- EXERCISE REQUIREMENTS: Would you please return the lines of the entries below starting at the line that has "e22 v18 v18" and ending at the line that has "Rebuilt in FreeCAD, every", both included, exactly as they are?

-- SUPPLIED RECORDS follows --

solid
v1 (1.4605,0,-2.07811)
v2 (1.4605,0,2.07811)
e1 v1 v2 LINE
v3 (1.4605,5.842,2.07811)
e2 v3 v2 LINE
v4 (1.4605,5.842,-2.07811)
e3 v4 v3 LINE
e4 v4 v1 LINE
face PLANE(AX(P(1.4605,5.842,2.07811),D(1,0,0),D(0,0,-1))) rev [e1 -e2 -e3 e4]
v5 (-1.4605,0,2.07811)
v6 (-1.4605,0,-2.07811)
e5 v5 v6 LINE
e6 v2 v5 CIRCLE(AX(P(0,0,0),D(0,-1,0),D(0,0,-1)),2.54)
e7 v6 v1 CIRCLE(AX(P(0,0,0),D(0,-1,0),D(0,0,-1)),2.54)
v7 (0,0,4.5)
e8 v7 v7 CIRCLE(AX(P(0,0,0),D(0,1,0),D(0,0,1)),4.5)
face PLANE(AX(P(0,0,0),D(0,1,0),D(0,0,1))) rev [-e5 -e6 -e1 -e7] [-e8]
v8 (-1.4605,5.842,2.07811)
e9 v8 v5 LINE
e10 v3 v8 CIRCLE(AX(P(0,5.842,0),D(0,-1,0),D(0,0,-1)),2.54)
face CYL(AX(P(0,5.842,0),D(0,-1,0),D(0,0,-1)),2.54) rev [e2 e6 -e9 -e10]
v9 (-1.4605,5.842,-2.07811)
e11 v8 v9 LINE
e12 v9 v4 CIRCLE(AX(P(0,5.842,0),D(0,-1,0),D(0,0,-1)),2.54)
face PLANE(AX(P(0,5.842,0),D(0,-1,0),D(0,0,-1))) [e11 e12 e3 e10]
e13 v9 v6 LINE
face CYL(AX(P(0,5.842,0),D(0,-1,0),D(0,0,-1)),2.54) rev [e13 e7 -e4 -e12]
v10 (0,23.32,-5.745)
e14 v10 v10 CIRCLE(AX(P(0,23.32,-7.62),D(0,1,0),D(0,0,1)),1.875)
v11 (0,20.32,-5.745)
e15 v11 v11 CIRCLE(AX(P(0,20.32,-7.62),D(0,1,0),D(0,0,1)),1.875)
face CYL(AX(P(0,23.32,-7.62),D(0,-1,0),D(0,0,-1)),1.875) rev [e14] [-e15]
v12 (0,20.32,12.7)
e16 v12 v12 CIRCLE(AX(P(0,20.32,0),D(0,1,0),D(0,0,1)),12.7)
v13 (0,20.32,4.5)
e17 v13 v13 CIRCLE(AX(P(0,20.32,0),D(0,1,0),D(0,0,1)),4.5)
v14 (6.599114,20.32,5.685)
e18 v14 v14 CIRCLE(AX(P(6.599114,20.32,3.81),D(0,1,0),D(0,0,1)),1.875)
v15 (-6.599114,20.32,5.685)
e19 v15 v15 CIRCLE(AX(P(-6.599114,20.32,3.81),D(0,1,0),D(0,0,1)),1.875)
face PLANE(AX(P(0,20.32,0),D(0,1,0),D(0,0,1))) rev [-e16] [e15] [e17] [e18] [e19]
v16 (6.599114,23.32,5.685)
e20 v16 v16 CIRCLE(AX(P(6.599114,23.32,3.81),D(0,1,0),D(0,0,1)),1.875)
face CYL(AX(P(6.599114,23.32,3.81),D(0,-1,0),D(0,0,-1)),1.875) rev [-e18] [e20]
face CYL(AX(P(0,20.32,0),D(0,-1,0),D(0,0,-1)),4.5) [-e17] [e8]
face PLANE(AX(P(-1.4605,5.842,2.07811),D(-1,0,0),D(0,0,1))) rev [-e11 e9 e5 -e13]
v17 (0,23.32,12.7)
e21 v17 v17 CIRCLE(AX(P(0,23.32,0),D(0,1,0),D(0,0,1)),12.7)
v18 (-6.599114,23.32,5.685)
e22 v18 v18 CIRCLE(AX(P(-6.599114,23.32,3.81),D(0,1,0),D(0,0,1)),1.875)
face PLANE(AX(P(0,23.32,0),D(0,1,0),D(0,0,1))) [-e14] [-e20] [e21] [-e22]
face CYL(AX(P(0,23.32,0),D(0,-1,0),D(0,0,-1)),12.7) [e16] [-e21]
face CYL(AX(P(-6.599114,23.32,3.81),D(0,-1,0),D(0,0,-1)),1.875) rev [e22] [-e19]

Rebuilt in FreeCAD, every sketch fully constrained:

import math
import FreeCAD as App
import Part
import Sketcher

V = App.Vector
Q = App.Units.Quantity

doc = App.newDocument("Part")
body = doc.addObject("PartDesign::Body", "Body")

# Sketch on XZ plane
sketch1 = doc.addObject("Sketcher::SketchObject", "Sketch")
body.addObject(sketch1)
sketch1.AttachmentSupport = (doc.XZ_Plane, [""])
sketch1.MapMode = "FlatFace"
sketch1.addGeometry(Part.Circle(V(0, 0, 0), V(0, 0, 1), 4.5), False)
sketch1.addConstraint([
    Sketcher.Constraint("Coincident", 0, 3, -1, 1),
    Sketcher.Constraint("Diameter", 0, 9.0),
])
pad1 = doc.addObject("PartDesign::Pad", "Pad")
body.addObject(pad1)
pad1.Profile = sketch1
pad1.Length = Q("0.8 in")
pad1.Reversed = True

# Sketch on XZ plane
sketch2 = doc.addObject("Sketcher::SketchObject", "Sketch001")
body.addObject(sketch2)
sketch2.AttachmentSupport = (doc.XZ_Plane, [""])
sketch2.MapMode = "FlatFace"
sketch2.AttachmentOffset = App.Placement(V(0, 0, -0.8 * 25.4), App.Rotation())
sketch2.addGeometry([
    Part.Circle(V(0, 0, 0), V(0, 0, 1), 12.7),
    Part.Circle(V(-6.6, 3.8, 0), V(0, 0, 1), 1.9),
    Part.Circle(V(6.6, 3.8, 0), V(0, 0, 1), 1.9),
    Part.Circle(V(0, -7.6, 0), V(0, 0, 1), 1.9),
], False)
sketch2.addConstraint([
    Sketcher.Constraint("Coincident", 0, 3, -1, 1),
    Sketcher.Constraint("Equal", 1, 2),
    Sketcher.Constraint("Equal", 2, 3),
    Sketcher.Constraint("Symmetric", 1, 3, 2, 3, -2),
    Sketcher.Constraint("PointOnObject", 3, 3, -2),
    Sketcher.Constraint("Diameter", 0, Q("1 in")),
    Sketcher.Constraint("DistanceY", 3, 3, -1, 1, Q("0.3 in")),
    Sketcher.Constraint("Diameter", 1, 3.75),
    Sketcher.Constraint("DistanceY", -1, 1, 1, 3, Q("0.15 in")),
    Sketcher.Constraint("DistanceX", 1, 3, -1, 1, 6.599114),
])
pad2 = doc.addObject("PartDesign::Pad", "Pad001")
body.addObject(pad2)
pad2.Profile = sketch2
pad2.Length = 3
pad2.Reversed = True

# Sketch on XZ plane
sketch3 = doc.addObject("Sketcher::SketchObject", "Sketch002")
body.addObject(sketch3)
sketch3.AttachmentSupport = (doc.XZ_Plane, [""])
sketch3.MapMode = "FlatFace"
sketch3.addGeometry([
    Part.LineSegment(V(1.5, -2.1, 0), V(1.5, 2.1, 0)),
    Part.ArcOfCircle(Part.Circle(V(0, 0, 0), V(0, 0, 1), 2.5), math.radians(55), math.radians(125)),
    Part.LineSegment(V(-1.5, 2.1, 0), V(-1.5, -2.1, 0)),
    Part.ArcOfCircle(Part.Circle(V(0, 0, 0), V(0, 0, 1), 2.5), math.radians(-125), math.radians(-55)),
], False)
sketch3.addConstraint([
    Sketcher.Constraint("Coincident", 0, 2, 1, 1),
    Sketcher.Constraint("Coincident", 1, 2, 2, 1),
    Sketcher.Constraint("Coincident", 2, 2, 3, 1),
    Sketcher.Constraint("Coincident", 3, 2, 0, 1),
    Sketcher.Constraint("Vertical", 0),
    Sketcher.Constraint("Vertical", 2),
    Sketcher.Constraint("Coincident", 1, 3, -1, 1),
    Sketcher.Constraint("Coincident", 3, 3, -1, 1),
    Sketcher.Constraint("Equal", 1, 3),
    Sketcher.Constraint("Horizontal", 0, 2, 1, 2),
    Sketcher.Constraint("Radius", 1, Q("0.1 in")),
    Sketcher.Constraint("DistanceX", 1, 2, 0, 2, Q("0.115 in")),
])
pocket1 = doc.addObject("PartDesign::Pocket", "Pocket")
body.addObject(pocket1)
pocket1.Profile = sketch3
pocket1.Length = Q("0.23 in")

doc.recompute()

-- SUPPLIED RECORDS concluded --

- TASK OUTPUT:
e22 v18 v18 CIRCLE(AX(P(-6.599114,23.32,3.81),D(0,1,0),D(0,0,1)),1.875)
face PLANE(AX(P(0,23.32,0),D(0,1,0),D(0,0,1))) [-e14] [-e20] [e21] [-e22]
face CYL(AX(P(0,23.32,0),D(0,-1,0),D(0,0,-1)),12.7) [e16] [-e21]
face CYL(AX(P(-6.599114,23.32,3.81),D(0,-1,0),D(0,0,-1)),1.875) rev [e22] [-e19]

Rebuilt in FreeCAD, every sketch fully constrained:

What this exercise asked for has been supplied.